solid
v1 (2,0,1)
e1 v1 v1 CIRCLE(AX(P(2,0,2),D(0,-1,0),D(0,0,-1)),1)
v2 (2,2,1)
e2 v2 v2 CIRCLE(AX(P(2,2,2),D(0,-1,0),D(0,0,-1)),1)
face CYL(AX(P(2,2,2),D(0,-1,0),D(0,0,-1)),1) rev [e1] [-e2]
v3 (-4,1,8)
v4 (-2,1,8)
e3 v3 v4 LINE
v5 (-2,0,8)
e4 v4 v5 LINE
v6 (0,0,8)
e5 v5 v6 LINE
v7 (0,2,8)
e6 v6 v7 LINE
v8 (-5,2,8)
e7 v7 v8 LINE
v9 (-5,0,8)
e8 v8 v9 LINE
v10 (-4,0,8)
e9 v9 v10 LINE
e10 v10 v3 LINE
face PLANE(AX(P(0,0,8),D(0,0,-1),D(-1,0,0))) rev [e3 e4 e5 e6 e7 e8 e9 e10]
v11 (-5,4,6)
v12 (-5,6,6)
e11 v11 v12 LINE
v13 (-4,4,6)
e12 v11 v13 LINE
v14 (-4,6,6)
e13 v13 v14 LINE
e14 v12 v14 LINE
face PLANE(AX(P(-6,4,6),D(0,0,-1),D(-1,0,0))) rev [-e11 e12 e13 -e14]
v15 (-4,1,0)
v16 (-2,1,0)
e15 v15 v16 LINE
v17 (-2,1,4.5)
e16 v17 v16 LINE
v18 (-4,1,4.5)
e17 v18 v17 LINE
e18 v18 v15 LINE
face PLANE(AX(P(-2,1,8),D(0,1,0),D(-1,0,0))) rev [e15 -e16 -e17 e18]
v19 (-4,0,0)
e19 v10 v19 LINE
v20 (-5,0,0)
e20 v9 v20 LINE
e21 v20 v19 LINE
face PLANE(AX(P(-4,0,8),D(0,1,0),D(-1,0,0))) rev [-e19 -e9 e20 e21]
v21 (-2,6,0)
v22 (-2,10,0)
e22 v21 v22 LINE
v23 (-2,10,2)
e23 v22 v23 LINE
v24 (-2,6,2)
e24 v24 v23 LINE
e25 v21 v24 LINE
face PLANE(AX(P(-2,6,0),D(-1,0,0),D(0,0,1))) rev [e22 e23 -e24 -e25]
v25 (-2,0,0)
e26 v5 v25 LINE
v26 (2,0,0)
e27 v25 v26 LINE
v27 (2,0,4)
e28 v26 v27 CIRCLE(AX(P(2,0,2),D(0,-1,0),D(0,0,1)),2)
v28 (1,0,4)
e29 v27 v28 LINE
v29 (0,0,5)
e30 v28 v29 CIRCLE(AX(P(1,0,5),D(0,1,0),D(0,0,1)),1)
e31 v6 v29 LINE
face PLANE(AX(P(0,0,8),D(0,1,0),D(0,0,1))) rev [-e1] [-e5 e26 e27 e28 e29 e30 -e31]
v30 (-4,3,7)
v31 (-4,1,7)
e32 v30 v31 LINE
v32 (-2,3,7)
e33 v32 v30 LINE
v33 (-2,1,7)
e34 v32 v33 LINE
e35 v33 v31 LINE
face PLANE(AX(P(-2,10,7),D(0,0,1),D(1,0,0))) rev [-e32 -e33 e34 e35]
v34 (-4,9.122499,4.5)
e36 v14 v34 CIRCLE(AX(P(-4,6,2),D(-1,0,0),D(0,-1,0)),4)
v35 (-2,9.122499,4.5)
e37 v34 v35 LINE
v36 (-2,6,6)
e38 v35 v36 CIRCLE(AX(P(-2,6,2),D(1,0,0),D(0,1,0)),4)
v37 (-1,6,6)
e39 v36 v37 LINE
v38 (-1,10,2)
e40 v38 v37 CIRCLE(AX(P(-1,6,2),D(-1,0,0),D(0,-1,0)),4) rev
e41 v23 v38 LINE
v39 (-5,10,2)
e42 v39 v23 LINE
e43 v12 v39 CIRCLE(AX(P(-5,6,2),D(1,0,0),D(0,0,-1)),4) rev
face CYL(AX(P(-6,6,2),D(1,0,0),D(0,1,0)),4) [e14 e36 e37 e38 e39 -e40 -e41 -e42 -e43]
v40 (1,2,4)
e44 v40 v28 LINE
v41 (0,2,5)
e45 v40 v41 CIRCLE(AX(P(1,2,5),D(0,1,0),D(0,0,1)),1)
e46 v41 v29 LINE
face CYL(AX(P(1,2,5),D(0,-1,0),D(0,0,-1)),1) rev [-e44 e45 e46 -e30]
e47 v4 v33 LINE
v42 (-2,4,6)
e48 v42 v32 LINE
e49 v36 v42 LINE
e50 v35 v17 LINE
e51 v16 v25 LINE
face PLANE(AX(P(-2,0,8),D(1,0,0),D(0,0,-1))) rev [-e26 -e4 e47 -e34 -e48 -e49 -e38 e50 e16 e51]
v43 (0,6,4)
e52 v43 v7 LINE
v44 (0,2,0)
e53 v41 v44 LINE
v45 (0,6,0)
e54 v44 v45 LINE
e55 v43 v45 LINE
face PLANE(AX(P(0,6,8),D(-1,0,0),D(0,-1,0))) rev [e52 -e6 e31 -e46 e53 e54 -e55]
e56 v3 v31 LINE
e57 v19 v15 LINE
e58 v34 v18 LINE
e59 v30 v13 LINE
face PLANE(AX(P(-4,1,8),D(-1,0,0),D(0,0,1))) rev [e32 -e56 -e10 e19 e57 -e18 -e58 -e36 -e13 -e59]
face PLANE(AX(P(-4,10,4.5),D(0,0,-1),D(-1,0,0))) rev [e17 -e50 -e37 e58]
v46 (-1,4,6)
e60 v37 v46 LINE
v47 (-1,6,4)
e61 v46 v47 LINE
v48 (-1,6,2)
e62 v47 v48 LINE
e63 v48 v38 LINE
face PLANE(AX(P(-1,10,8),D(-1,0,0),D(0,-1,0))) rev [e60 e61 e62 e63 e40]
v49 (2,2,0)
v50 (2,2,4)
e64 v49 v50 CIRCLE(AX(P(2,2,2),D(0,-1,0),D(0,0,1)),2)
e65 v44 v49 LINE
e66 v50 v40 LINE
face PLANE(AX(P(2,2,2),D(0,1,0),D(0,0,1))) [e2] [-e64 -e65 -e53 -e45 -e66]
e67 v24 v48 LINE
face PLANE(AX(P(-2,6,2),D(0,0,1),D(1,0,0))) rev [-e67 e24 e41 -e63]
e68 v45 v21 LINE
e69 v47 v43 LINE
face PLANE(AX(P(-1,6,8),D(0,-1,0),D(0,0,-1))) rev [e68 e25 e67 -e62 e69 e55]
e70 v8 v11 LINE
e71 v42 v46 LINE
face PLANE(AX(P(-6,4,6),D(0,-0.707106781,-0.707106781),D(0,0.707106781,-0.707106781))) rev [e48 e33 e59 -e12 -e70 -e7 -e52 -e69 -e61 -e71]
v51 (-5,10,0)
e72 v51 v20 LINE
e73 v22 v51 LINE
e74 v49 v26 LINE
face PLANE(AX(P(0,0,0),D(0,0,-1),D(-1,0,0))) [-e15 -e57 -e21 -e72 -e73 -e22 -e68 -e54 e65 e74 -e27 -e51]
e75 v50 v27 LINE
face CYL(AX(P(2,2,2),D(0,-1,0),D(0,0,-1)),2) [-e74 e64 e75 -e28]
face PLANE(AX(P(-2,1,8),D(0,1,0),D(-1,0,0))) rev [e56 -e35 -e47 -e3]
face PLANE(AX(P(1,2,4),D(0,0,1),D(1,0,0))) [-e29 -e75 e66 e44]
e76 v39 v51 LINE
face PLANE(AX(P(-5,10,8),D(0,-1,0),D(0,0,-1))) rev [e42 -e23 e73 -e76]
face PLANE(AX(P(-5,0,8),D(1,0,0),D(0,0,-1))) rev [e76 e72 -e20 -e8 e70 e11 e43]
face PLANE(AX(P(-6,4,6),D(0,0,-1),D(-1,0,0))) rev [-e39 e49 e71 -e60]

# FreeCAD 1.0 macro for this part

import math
import FreeCAD as App
import Part
import Sketcher
Q = App.Units.Quantity


def add_polygon(sketch, points):
    """Adds a closed chain of lines whose ends are joined by coincident constraints."""
    first, n = sketch.GeometryCount, len(points)
    for a, b in zip(points, points[1:] + points[:1]):
        sketch.addGeometry(Part.LineSegment(App.Vector(*a, 0), App.Vector(*b, 0)), False)
    for i in range(n):
        sketch.addConstraint(Sketcher.Constraint("Coincident", first + i, 2, first + (i + 1) % n, 1))

doc = App.newDocument("Part")
params = doc.addObject("Spreadsheet::Sheet", "Params")
for row, (alias, value) in enumerate([
    ("sketch1_width", "2 mm"),
    ("sketch1_width2", "1 mm"),
    ("sketch1_height", "6 mm"),
    ("pad1_length", "8 mm"),
    ("sketch2_diameter", "2 mm"),
    ("sketch2_radius", "2 mm"),
    ("sketch2_width", "2 mm"),
    ("pad2_length", "2 mm"),
    ("sketch3_width", "1 mm"),
    ("sketch3_height", "6 mm"),
    ("pocket1_length", "4 mm"),
    ("sketch4_radius", "4 mm"),
    ("sketch4_width", "8 mm"),
    ("sketch4_width2", "2 mm"),
    ("sketch4_height", "6 mm"),
    ("pocket2_length", "10 mm"),
    ("sketch5_width", "2 mm"),
    ("pocket3_length", "1 mm"),
    ("sketch6_width", "2 mm"),
    ("sketch6_height", "2.5 mm"),
], start=1):
    params.set(f"A{row}", alias)
    params.set(f"B{row}", "=" + value)
    params.setAlias(f"B{row}", alias)

body = doc.addObject("PartDesign::Body", "Body")

sketch1 = body.newObject("Sketcher::SketchObject", "Sketch")
sketch1.AttachmentSupport = (doc.getObject("XY_Plane"), [""])
sketch1.MapMode = "FlatFace"
add_polygon(sketch1, [(-2, 0), (0, 0), (0, 6), (-1, 6), (-1, 10), (-5, 10), (-5, 0), (-4, 0), (-4, 1), (-2, 1)])
sketch1.addConstraint([
    Sketcher.Constraint("Horizontal", 0),
    Sketcher.Constraint("Vertical", 1),
    Sketcher.Constraint("Horizontal", 2),
    Sketcher.Constraint("Vertical", 3),
    Sketcher.Constraint("Horizontal", 4),
    Sketcher.Constraint("Vertical", 5),
    Sketcher.Constraint("Horizontal", 6),
    Sketcher.Constraint("Vertical", 7),
    Sketcher.Constraint("Horizontal", 8),
    Sketcher.Constraint("Vertical", 9),
    Sketcher.Constraint("Coincident", 0, 2, -1, 1),
    Sketcher.Constraint("PointOnObject", 5, 2, -1),
    Sketcher.Constraint("Equal", 2, 6),
    Sketcher.Constraint("Equal", 0, 8),
    Sketcher.Constraint("Equal", 4, 3),
    Sketcher.Constraint("Equal", 6, 7),
    Sketcher.Constraint("DistanceX", 0, 1, 0, 2, Q("2 mm")),
    Sketcher.Constraint("DistanceX", 2, 2, 2, 1, Q("1 mm")),
    Sketcher.Constraint("DistanceY", 1, 1, 1, 2, Q("6 mm")),
])
sketch1.setExpression("Constraints[26]", "Params.sketch1_width")
sketch1.setExpression("Constraints[27]", "Params.sketch1_width2")
sketch1.setExpression("Constraints[28]", "Params.sketch1_height")
pad1 = body.newObject("PartDesign::Pad", "Pad")
pad1.Profile = sketch1
pad1.setExpression("Length", "Params.pad1_length")

sketch2 = body.newObject("Sketcher::SketchObject", "Sketch001")
sketch2.AttachmentSupport = (doc.getObject("XZ_Plane"), [""])
sketch2.MapMode = "FlatFace"
sketch2.addGeometry([
    Part.LineSegment(App.Vector(0, 0, 0), App.Vector(2, 0, 0)),
    Part.ArcOfCircle(Part.Circle(App.Vector(2, 2, 0), App.Vector(0, 0, 1), 2), math.radians(-90), math.radians(90)),
    Part.LineSegment(App.Vector(2, 4, 0), App.Vector(1, 4, 0)),
    Part.ArcOfCircle(Part.Circle(App.Vector(1, 5, 0), App.Vector(0, 0, 1), 1), math.radians(-180), math.radians(-90)),
    Part.LineSegment(App.Vector(0, 5, 0), App.Vector(0, 0, 0)),
    Part.Circle(App.Vector(2, 2, 0), App.Vector(0, 0, 1), 1),
], False)
sketch2.addConstraint([
    Sketcher.Constraint("Tangent", 0, 2, 1, 1),
    Sketcher.Constraint("Tangent", 1, 2, 2, 1),
    Sketcher.Constraint("Tangent", 2, 2, 3, 2),
    Sketcher.Constraint("Tangent", 3, 1, 4, 1),
    Sketcher.Constraint("Coincident", 4, 2, 0, 1),
    Sketcher.Constraint("Horizontal", 0),
    Sketcher.Constraint("Horizontal", 2),
    Sketcher.Constraint("Vertical", 4),
    Sketcher.Constraint("Coincident", 4, 2, -1, 1),
    Sketcher.Constraint("Coincident", 5, 3, 1, 3),
    Sketcher.Constraint("Equal", 3, 5),
    Sketcher.Constraint("Diameter", 5, Q("2 mm")),
    Sketcher.Constraint("Radius", 1, Q("2 mm")),
    Sketcher.Constraint("DistanceX", 0, 1, 0, 2, Q("2 mm")),
])
sketch2.setExpression("Constraints[11]", "Params.sketch2_diameter")
sketch2.setExpression("Constraints[12]", "Params.sketch2_radius")
sketch2.setExpression("Constraints[13]", "Params.sketch2_width")
pad2 = body.newObject("PartDesign::Pad", "Pad001")
pad2.Profile = sketch2
pad2.setExpression("Length", "Params.pad2_length")
pad2.Reversed = True

sketch3 = body.newObject("Sketcher::SketchObject", "Sketch002")
sketch3.AttachmentSupport = (doc.getObject("XZ_Plane"), [""])
sketch3.MapMode = "FlatFace"
sketch3.AttachmentOffset = App.Placement(App.Vector(0, 0, -10), App.Rotation())
add_polygon(sketch3, [(-2, 0), (-2, 2), (-1, 2), (-1, 8), (0, 8), (0, 0)])
sketch3.addConstraint([
    Sketcher.Constraint("Vertical", 0),
    Sketcher.Constraint("Horizontal", 1),
    Sketcher.Constraint("Vertical", 2),
    Sketcher.Constraint("Horizontal", 3),
    Sketcher.Constraint("Vertical", 4),
    Sketcher.Constraint("Horizontal", 5),
    Sketcher.Constraint("Coincident", 4, 2, -1, 1),
    Sketcher.Constraint("Equal", 1, 3),
    Sketcher.Constraint("Equal", 5, 0),
    Sketcher.Constraint("DistanceX", 1, 1, 1, 2, Q("1 mm")),
    Sketcher.Constraint("DistanceY", 2, 1, 2, 2, Q("6 mm")),
])
sketch3.setExpression("Constraints[15]", "Params.sketch3_width")
sketch3.setExpression("Constraints[16]", "Params.sketch3_height")
pocket1 = body.newObject("PartDesign::Pocket", "Pocket")
pocket1.Profile = sketch3
pocket1.setExpression("Length", "Params.pocket1_length")
pocket1.Reversed = True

Action item.
The required answer is the exact run of lines above starting at the line with "v50 (2,2,4)" and ending at the line with "e74 v49 v26 LINE", with both ends present.

Worked solution.
v50 (2,2,4)
e64 v49 v50 CIRCLE(AX(P(2,2,2),D(0,-1,0),D(0,0,1)),2)
e65 v44 v49 LINE
e66 v50 v40 LINE
face PLANE(AX(P(2,2,2),D(0,1,0),D(0,0,1))) [e2] [-e64 -e65 -e53 -e45 -e66]
e67 v24 v48 LINE
face PLANE(AX(P(-2,6,2),D(0,0,1),D(1,0,0))) rev [-e67 e24 e41 -e63]
e68 v45 v21 LINE
e69 v47 v43 LINE
face PLANE(AX(P(-1,6,8),D(0,-1,0),D(0,0,-1))) rev [e68 e25 e67 -e62 e69 e55]
e70 v8 v11 LINE
e71 v42 v46 LINE
face PLANE(AX(P(-6,4,6),D(0,-0.707106781,-0.707106781),D(0,0.707106781,-0.707106781))) rev [e48 e33 e59 -e12 -e70 -e7 -e52 -e69 -e61 -e71]
v51 (-5,10,0)
e72 v51 v20 LINE
e73 v22 v51 LINE
e74 v49 v26 LINE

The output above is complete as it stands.